Jessie J paid freight charges of 2,000 on the shipment on consignment. Anne paid delivery charges of
2,100 for units sold, subject to subsequent settlement. Jessie and Anne agreed that any sales in excess
of the suggested retail price will accrue to the latter. Anne submitted an account sales on the sale of 215
dresses, 40% of which was sold at 580 each and the rest at 640 each, all these sales were paid in cash.
Jessie J cost is 375 each dress, before any deferred costs on consignment are taken into account.

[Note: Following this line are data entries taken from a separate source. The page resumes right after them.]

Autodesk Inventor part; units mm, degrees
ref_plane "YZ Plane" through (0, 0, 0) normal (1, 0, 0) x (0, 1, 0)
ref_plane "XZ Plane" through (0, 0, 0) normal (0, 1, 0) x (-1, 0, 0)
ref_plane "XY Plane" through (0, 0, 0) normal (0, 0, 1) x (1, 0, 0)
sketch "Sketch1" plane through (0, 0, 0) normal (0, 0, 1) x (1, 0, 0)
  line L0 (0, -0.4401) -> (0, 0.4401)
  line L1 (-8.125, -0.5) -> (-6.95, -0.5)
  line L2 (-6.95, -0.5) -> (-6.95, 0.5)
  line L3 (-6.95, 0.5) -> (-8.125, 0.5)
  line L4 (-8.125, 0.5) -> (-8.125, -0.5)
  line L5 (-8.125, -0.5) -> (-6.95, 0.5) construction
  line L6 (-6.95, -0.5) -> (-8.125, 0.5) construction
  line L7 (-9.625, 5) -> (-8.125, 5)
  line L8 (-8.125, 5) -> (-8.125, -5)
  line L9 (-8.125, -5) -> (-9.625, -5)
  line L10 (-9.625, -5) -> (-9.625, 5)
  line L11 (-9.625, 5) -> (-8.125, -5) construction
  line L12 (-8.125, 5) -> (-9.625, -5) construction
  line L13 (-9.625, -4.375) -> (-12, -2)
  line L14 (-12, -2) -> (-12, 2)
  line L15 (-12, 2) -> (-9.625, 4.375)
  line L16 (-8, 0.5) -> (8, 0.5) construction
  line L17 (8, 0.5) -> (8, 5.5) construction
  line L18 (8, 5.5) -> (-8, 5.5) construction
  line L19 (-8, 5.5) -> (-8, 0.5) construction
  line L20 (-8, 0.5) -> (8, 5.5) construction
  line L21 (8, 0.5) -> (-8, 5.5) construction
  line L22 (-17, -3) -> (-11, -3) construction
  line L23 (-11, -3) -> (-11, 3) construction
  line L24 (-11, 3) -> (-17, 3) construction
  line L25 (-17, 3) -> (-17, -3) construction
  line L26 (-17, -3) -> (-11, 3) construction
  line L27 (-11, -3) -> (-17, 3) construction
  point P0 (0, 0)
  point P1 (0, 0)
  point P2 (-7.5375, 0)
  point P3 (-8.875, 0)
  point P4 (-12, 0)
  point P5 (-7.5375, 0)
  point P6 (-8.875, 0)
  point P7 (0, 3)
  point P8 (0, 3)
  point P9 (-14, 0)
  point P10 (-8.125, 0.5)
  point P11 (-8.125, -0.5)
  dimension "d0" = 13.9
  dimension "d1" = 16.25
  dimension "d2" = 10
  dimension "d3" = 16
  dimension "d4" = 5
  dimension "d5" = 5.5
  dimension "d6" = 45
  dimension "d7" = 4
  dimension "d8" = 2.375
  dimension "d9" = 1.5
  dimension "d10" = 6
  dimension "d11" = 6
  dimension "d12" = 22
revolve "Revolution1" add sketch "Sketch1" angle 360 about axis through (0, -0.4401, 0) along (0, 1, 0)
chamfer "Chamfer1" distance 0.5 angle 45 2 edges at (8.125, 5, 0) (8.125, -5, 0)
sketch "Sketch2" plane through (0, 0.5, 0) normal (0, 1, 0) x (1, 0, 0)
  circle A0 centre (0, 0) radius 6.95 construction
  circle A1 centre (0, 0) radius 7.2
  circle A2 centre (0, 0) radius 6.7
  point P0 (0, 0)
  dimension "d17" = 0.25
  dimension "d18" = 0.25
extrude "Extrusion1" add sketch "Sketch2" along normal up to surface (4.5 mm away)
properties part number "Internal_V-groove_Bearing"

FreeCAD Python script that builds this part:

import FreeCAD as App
import Part
import Sketcher

V = App.Vector


def edges_at(feature, points):
    """Names of the edges that pass closest to the given points."""
    edges = feature.Shape.Edges
    near = lambda p: min(range(len(edges)), key=lambda i: edges[i].distToShape(Part.Vertex(*p))[0])
    return sorted({f"Edge{near(p) + 1}" for p in points})


def add_polygon(sketch, points):
    """Adds a closed chain of lines whose ends are joined by coincident constraints."""
    first, n = sketch.GeometryCount, len(points)
    for a, b in zip(points, points[1:] + points[:1]):
        sketch.addGeometry(Part.LineSegment(App.Vector(*a, 0), App.Vector(*b, 0)), False)
    for i in range(n):
        sketch.addConstraint(Sketcher.Constraint("Coincident", first + i, 2, first + (i + 1) % n, 1))

doc = App.newDocument("Part")
body = doc.addObject("PartDesign::Body", "Body")

# Sketch on XY plane
sketch1 = doc.addObject("Sketcher::SketchObject", "Sketch")
body.addObject(sketch1)
sketch1.AttachmentSupport = (doc.XY_Plane, [""])
sketch1.MapMode = "FlatFace"
add_polygon(sketch1, [(-7, 0.5), (-8.1, 0.5), (-8.1, 5), (-9.6, 5), (-9.6, 4.4), (-12, 2), (-12, -2), (-9.6, -4.4), (-9.6, -5), (-8.1, -5), (-8.1, -0.5), (-7, -0.5)])  # lines 0-11
sketch1.addConstraint([
    Sketcher.Constraint("Horizontal", 0),
    Sketcher.Constraint("Vertical", 1),
    Sketcher.Constraint("Horizontal", 2),
    Sketcher.Constraint("Vertical", 3),
    Sketcher.Constraint("Vertical", 5),
    Sketcher.Constraint("Vertical", 7),
    Sketcher.Constraint("Horizontal", 8),
    Sketcher.Constraint("Vertical", 9),
    Sketcher.Constraint("Horizontal", 10),
    Sketcher.Constraint("Vertical", 11),
    Sketcher.Constraint("Symmetric", 3, 2, 6, 2, -1),
    Sketcher.Constraint("Symmetric", 1, 2, 8, 2, -1),
    Sketcher.Constraint("Perpendicular", 4, 6),
    Sketcher.Constraint("Equal", 1, 9),
    Sketcher.Constraint("Equal", 4, 6),
    Sketcher.Constraint("DistanceY", 5, 2, 5, 1, 4.0),
    Sketcher.Constraint("DistanceX", 2, 2, 2, 1, 1.5),
    Sketcher.Constraint("DistanceY", -1, 1, 1, 2, 5.0),
    Sketcher.Constraint("DistanceY", 0, 2, 4, 2, 1.5),
    Sketcher.Constraint("DistanceX", 4, 2, -1, 1, 12.0),
    Sketcher.Constraint("DistanceX", 4, 2, 3, 2, 2.375),
    Sketcher.Constraint("DistanceX", 0, 2, 0, 1, 1.175),
])
revolution = doc.addObject("PartDesign::Revolution", "Revolution")
body.addObject(revolution)
revolution.Profile = sketch1
revolution.ReferenceAxis = (sketch1, ["V_Axis"])
revolution.Angle = 360
doc.recompute()

chamfer = doc.addObject("PartDesign::Chamfer", "Chamfer")
body.addObject(chamfer)
chamfer.Base = (revolution, edges_at(revolution, [(8.125, 5, 0), (8.125, -5, 0)]))
chamfer.Size = 0.5

# Sketch on XZ plane
sketch2 = doc.addObject("Sketcher::SketchObject", "Sketch001")
body.addObject(sketch2)
sketch2.AttachmentSupport = (doc.XZ_Plane, [""])
sketch2.MapMode = "FlatFace"
sketch2.AttachmentOffset = App.Placement(V(0, 0, -0.5), App.Rotation())
sketch2.addGeometry([
    Part.Circle(V(0, 0, 0), V(0, 0, 1), 7),
    Part.Circle(V(0, 0, 0), V(0, 0, 1), 7),
], False)
sketch2.addConstraint([
    Sketcher.Constraint("Coincident", 0, 3, -1, 1),
    Sketcher.Constraint("Coincident", 1, 3, -1, 1),
    Sketcher.Constraint("Diameter", 0, 14.4),
    Sketcher.Constraint("Diameter", 1, 13.4),
])
pad1 = doc.addObject("PartDesign::Pad", "Pad")
body.addObject(pad1)
pad1.Profile = sketch2
pad1.Length = 4.5
pad1.Reversed = True

doc.recompute()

1. How much should Anne remit to Jessie J for the aforementioned sales to customers?
a. 105,400 c. 107,500
b. 130,340 d. 132,440
2. How much is the commission earned by Anne from sales of consigned goods?
a. 13,226 c. 24,940
b. 49,800 d. 82,560
3. The cost of consigned goods to Jessie J for the units sold by Anne to customer was?
a. 81,700 c. 87,100
b. 100,654 d. 106,500

SGO CORP. consigned 10 one horsepower air conditioner units to DKI CORP. and paid 2,000 freight out.
Gross margin is 12.5% of sales. The consignee is allowed a commission of 5% on sales. DKI corp.
submitted an account sales on December 31, 2019 as follows:

Sales 72,000
Less: Advances to consignor 10,000
Selling Expenses 800
Delivery 1,200
Commission 3,600 15,600
Net Remittance 56,400

4. How much is the net profit or loss of SGO, corp. in the consignment?